O plano original de Paulson, que foi modificado pelo Congresso para incluir a possibilidade do governo assumir essas ações de propriedade, vislumbrava um processo complexo no qual o dinheiro dos contribuintes seria usado para comprar investimentos ruins dos bancos. Isso possibilitaria que os bancos voltassem a emprestar dinheiro e acabaria com muito do veneno que prejudicou sua saúde. Uma vez que os contribuintes graciosamente colocassem os bancos no caminho da recuperação, o plano original dizia que empresas privadas e outros investidores iriam injetar novo capital neles e reaver, por si mesmos, os lucros subsequentes.

Funcional, talvez, mas irritante. Investir dinheiro em troca de lucros é mais eficiente e (não por acaso) mais justo.

Ainda não se sabe como e até que ponto o Tesouro pretende injetar capital e assumir a propriedade destes bancos. Mas ficou claro que a nova postura seria uma mudança muito mais tática, apesar do presidente Bush e Paulson não admitirem isso.

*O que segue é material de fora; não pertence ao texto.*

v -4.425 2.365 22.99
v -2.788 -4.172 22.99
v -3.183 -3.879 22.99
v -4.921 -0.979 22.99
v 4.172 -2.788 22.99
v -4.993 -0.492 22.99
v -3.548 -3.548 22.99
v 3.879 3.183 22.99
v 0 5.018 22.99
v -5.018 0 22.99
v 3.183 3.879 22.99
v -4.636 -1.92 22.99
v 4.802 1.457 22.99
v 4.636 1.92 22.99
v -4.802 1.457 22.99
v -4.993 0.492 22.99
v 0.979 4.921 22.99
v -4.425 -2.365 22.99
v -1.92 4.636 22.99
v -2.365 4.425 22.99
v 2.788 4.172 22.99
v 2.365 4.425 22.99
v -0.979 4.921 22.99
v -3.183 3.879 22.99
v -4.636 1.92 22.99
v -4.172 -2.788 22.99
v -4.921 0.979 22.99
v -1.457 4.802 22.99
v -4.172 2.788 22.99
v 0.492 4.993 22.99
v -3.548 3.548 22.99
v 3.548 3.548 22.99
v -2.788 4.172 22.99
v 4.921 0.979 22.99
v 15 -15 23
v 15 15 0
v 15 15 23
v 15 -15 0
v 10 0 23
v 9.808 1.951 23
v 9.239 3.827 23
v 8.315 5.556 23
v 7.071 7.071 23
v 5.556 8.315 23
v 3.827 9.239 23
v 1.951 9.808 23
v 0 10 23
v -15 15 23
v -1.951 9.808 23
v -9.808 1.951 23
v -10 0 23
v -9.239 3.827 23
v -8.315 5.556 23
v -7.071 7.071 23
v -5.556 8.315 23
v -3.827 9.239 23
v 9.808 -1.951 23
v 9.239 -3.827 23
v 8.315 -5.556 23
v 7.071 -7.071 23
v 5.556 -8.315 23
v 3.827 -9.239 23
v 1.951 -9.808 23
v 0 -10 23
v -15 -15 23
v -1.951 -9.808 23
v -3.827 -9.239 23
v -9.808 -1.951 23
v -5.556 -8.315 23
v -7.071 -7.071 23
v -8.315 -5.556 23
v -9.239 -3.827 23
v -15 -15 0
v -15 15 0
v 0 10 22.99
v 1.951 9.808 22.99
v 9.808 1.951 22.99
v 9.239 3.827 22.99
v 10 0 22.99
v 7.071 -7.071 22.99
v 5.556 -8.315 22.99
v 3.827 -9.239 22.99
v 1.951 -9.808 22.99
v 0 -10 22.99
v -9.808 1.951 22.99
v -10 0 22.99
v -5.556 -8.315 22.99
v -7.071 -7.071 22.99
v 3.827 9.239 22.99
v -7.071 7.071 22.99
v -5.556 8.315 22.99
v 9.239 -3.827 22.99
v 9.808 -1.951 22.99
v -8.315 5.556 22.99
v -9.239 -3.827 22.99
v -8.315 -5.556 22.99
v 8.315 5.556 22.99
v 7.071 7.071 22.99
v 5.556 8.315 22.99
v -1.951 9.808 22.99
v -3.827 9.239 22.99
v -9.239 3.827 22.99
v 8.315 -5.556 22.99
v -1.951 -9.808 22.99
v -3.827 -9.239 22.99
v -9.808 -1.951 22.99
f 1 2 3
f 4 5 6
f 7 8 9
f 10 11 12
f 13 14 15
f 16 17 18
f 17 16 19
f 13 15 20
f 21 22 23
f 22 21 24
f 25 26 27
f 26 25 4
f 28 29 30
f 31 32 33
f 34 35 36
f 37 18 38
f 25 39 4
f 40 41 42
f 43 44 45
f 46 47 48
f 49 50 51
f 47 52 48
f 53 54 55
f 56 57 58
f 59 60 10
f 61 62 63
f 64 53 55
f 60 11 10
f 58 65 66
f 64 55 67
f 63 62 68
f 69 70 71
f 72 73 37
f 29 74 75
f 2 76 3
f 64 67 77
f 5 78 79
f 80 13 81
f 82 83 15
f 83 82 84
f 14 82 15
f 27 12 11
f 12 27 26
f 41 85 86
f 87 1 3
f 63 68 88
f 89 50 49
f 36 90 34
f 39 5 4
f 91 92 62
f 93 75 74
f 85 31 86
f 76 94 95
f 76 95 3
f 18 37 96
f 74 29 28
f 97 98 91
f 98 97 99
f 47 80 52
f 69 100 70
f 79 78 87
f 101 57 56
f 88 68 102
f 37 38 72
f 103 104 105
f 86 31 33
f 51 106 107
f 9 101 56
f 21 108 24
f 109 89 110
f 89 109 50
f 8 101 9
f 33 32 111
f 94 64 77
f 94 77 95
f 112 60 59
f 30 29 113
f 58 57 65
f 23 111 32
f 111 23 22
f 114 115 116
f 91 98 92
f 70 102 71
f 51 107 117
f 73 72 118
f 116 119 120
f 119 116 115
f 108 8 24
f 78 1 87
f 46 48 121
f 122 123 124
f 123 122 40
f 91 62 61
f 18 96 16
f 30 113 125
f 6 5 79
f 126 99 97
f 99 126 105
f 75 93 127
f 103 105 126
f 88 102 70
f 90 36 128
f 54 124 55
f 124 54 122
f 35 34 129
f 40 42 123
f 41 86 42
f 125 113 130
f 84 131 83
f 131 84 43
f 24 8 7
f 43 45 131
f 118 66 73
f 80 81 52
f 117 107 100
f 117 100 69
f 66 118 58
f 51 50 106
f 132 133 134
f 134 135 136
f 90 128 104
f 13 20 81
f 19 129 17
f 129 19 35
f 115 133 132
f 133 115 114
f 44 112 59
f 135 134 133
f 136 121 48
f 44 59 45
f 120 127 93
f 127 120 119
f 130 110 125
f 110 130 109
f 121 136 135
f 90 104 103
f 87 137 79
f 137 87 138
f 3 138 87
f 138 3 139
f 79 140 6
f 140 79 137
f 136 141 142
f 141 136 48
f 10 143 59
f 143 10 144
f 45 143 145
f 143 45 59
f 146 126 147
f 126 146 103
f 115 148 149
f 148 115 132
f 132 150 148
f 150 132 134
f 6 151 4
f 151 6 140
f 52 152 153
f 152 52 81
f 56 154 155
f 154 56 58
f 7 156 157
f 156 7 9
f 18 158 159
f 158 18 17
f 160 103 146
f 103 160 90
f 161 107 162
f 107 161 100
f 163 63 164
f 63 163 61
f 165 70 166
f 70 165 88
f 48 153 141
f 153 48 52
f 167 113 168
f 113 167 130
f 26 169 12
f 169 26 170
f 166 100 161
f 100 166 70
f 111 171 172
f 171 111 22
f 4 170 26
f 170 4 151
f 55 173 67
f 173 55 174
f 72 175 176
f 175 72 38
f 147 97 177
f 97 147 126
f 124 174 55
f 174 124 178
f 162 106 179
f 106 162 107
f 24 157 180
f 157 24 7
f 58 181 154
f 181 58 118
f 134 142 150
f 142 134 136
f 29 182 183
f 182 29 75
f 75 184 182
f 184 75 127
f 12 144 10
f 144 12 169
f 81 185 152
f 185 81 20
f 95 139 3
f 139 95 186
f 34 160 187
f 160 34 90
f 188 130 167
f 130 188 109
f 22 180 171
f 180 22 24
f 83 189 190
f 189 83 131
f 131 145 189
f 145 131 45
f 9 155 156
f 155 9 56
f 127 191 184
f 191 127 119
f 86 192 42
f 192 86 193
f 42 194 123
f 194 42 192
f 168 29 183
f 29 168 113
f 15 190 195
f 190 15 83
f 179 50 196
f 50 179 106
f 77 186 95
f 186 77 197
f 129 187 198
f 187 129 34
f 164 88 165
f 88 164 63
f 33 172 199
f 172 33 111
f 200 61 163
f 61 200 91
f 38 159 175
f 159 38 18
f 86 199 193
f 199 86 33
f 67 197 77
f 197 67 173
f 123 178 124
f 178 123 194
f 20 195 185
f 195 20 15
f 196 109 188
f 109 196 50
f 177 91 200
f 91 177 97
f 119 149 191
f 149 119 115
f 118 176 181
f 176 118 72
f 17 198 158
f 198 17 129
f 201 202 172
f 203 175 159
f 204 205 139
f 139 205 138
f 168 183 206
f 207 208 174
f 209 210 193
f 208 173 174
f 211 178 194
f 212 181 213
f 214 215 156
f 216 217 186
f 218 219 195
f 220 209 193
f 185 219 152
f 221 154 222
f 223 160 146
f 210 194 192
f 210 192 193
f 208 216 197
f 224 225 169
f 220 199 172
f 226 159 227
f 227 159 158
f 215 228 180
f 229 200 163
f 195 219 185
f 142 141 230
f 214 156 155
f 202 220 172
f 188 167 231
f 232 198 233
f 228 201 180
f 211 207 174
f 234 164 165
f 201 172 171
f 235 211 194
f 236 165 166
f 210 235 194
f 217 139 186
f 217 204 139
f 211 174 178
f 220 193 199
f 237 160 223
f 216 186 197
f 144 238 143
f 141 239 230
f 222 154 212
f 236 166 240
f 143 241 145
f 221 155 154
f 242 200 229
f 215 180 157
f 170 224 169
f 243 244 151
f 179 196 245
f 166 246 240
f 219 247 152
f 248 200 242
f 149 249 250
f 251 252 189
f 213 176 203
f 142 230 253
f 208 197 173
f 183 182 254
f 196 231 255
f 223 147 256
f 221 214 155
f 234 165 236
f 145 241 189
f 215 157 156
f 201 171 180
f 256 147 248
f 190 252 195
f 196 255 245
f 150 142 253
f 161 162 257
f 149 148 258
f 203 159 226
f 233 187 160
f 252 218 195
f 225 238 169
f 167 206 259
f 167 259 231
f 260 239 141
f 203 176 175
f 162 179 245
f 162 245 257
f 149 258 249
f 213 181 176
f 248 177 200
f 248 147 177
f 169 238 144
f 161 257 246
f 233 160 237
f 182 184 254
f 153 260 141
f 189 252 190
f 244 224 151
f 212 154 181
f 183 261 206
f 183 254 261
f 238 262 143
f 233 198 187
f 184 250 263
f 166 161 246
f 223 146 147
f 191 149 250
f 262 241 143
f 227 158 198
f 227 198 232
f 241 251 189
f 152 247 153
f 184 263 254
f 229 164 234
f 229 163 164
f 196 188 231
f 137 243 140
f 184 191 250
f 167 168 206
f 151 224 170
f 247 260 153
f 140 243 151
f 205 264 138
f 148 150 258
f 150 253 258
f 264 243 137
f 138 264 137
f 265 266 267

De acordo com o plano original, o papel do governo seria pavimentar o caminho para que investidores privados retomassem o controle do sistema financeiro o quanto antes.

De certa forma, este plano seguia uma ideologia republicana de que o objetivo principal da ajuda do governo deveria ser ajudar o mercado a conseguir mais lucros e que em troca estes mercados serviriam melhor ao interesse público. Claramente, se este fosse o caso não estaríamos nessa situação. Assumir a propriedade em troca do dinheiro do contribuinte é reconhecer que o governo é a única força que pode nos tirar da crise (ao defender o interesse público).

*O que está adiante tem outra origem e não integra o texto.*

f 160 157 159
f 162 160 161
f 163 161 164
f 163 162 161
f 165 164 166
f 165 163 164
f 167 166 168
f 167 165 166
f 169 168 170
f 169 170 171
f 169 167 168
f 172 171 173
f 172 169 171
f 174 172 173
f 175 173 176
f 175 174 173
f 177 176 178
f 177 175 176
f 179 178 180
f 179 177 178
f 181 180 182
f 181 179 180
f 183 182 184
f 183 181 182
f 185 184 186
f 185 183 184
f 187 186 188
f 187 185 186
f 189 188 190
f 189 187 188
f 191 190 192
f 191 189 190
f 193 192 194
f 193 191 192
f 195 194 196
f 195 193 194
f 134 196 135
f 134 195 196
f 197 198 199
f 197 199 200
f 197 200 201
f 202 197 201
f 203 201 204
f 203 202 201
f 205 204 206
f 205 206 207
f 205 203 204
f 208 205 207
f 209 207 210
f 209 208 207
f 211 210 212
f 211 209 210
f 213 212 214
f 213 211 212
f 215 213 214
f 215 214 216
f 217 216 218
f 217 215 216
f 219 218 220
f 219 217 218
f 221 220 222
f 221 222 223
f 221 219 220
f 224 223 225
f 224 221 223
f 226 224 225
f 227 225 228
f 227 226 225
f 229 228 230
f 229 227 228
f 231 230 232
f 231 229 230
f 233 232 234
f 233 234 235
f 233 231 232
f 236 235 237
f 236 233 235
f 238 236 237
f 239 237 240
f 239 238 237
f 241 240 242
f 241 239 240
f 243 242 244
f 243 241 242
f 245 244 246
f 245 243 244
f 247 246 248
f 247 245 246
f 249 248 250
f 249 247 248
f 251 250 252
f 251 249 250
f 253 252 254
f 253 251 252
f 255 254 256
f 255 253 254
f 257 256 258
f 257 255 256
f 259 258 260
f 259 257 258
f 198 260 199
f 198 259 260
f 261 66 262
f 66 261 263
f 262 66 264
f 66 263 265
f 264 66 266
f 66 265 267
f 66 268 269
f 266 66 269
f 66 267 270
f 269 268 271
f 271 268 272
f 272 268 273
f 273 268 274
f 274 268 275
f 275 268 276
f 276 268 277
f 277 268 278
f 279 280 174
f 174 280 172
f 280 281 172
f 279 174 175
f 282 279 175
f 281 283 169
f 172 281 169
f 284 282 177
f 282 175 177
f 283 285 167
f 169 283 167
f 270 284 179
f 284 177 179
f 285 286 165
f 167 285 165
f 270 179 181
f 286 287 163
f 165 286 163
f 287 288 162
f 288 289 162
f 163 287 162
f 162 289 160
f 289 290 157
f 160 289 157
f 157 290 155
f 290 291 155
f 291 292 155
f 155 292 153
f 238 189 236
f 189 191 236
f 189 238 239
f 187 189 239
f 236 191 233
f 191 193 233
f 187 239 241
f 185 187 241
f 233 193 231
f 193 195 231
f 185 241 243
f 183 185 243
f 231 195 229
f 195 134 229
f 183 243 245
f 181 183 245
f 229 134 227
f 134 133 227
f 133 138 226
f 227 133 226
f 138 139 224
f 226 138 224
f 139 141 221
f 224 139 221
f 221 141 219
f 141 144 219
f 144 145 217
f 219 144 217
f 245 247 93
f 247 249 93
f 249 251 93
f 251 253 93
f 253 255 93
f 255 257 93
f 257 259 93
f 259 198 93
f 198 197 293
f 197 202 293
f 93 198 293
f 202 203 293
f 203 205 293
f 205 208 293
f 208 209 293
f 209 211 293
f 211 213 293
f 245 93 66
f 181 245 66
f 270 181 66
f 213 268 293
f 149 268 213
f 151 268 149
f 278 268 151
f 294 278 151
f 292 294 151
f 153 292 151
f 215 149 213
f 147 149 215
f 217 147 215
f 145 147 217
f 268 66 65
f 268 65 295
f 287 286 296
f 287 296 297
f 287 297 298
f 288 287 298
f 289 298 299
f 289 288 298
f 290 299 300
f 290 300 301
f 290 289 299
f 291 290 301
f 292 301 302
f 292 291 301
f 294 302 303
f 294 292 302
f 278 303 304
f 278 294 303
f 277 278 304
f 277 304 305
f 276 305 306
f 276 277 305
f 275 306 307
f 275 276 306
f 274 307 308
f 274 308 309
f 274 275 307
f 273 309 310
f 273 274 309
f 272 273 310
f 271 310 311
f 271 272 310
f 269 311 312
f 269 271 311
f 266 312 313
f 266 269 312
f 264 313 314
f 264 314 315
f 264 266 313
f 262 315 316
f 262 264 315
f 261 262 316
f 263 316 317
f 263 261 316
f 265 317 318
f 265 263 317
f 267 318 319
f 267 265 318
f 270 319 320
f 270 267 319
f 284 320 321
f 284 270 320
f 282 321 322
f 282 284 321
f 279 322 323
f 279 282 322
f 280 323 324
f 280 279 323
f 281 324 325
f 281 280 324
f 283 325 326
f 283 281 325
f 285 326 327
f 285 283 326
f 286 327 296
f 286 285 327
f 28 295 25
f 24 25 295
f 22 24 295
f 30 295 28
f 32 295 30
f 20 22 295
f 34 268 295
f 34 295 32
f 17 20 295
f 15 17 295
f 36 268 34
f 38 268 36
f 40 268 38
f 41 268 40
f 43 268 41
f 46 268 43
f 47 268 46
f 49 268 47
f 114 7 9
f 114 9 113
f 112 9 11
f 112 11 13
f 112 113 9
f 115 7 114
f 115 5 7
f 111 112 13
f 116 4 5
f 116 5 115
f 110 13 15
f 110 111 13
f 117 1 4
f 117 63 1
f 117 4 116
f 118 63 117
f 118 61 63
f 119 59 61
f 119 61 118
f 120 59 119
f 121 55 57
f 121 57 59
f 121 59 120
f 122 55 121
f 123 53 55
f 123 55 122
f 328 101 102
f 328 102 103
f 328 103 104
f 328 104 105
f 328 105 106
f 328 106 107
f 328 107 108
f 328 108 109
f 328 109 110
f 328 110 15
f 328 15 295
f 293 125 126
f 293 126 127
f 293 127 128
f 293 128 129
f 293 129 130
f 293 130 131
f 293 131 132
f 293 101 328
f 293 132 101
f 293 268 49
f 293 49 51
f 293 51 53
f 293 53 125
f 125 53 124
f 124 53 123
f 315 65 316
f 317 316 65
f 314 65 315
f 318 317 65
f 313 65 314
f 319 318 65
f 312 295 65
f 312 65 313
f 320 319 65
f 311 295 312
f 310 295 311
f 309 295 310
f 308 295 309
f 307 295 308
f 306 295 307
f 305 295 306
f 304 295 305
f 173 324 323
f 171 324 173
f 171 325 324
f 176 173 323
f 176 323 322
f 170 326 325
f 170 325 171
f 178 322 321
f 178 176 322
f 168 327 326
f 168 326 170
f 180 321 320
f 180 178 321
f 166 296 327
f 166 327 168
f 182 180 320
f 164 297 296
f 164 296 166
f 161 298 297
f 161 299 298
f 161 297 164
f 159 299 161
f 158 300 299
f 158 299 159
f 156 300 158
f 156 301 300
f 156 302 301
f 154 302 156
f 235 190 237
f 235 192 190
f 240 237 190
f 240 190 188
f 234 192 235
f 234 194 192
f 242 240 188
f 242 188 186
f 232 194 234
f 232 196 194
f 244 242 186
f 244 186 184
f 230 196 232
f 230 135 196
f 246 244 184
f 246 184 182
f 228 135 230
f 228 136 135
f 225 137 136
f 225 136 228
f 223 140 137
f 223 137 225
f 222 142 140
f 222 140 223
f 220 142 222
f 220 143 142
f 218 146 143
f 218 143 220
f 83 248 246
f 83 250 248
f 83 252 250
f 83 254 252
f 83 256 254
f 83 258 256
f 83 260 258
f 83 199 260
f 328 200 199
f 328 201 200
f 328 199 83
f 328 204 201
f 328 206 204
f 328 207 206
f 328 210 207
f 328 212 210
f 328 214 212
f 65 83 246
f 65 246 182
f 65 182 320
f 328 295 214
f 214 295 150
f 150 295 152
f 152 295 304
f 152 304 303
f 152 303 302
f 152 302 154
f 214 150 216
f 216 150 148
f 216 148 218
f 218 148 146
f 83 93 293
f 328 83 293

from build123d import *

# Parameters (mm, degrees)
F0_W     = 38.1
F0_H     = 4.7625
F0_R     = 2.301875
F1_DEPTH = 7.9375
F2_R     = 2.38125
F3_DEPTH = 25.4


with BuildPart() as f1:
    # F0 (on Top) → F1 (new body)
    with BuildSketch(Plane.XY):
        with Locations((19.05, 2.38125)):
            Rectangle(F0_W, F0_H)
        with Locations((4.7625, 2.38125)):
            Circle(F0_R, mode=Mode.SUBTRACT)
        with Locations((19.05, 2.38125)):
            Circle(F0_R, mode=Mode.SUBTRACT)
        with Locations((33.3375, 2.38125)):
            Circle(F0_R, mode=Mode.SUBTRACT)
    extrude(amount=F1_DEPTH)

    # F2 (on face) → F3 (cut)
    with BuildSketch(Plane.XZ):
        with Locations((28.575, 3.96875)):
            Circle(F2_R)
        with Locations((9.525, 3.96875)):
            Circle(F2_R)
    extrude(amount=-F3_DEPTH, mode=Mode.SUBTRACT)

Mesmo com um resgate serão precisos anos, não meses, para reparar os estragos. Agora está claro que Wall Street passou a maior parte dos anos Bush em meio a dívidas ruins, algo lucrativo enquanto durou, mas uma força destrutiva que causa estragos diários.

Na última contagem, 12 milhões de donos de imóveis tinham zero ou valores negativos sobre a propriedade de suas casas. Milhões estão em algum estágio de desapropriação. Aposentadoria e outras economias, para os americanos que as têm, estão sendo dizimadas e o desemprego está aumentando. Os consumidores estão retrocedendo, uma reação compreensível, mas que prejudica ainda mais a economia. Certamente teremos outros choques econômicos, entre eles, falências corporativas e emergências orçamentárias governamentais.

Como iremos sair desta crise não se sabe, mas sabemos como entramos nela. A questão (que será feita aos eleitores em novembro) é se a nação aprendeu com seus erros, ou se a atitude desregulamentadora e anti-governamental das últimas décadas será reinstituída quando a economia começar a se recuperar.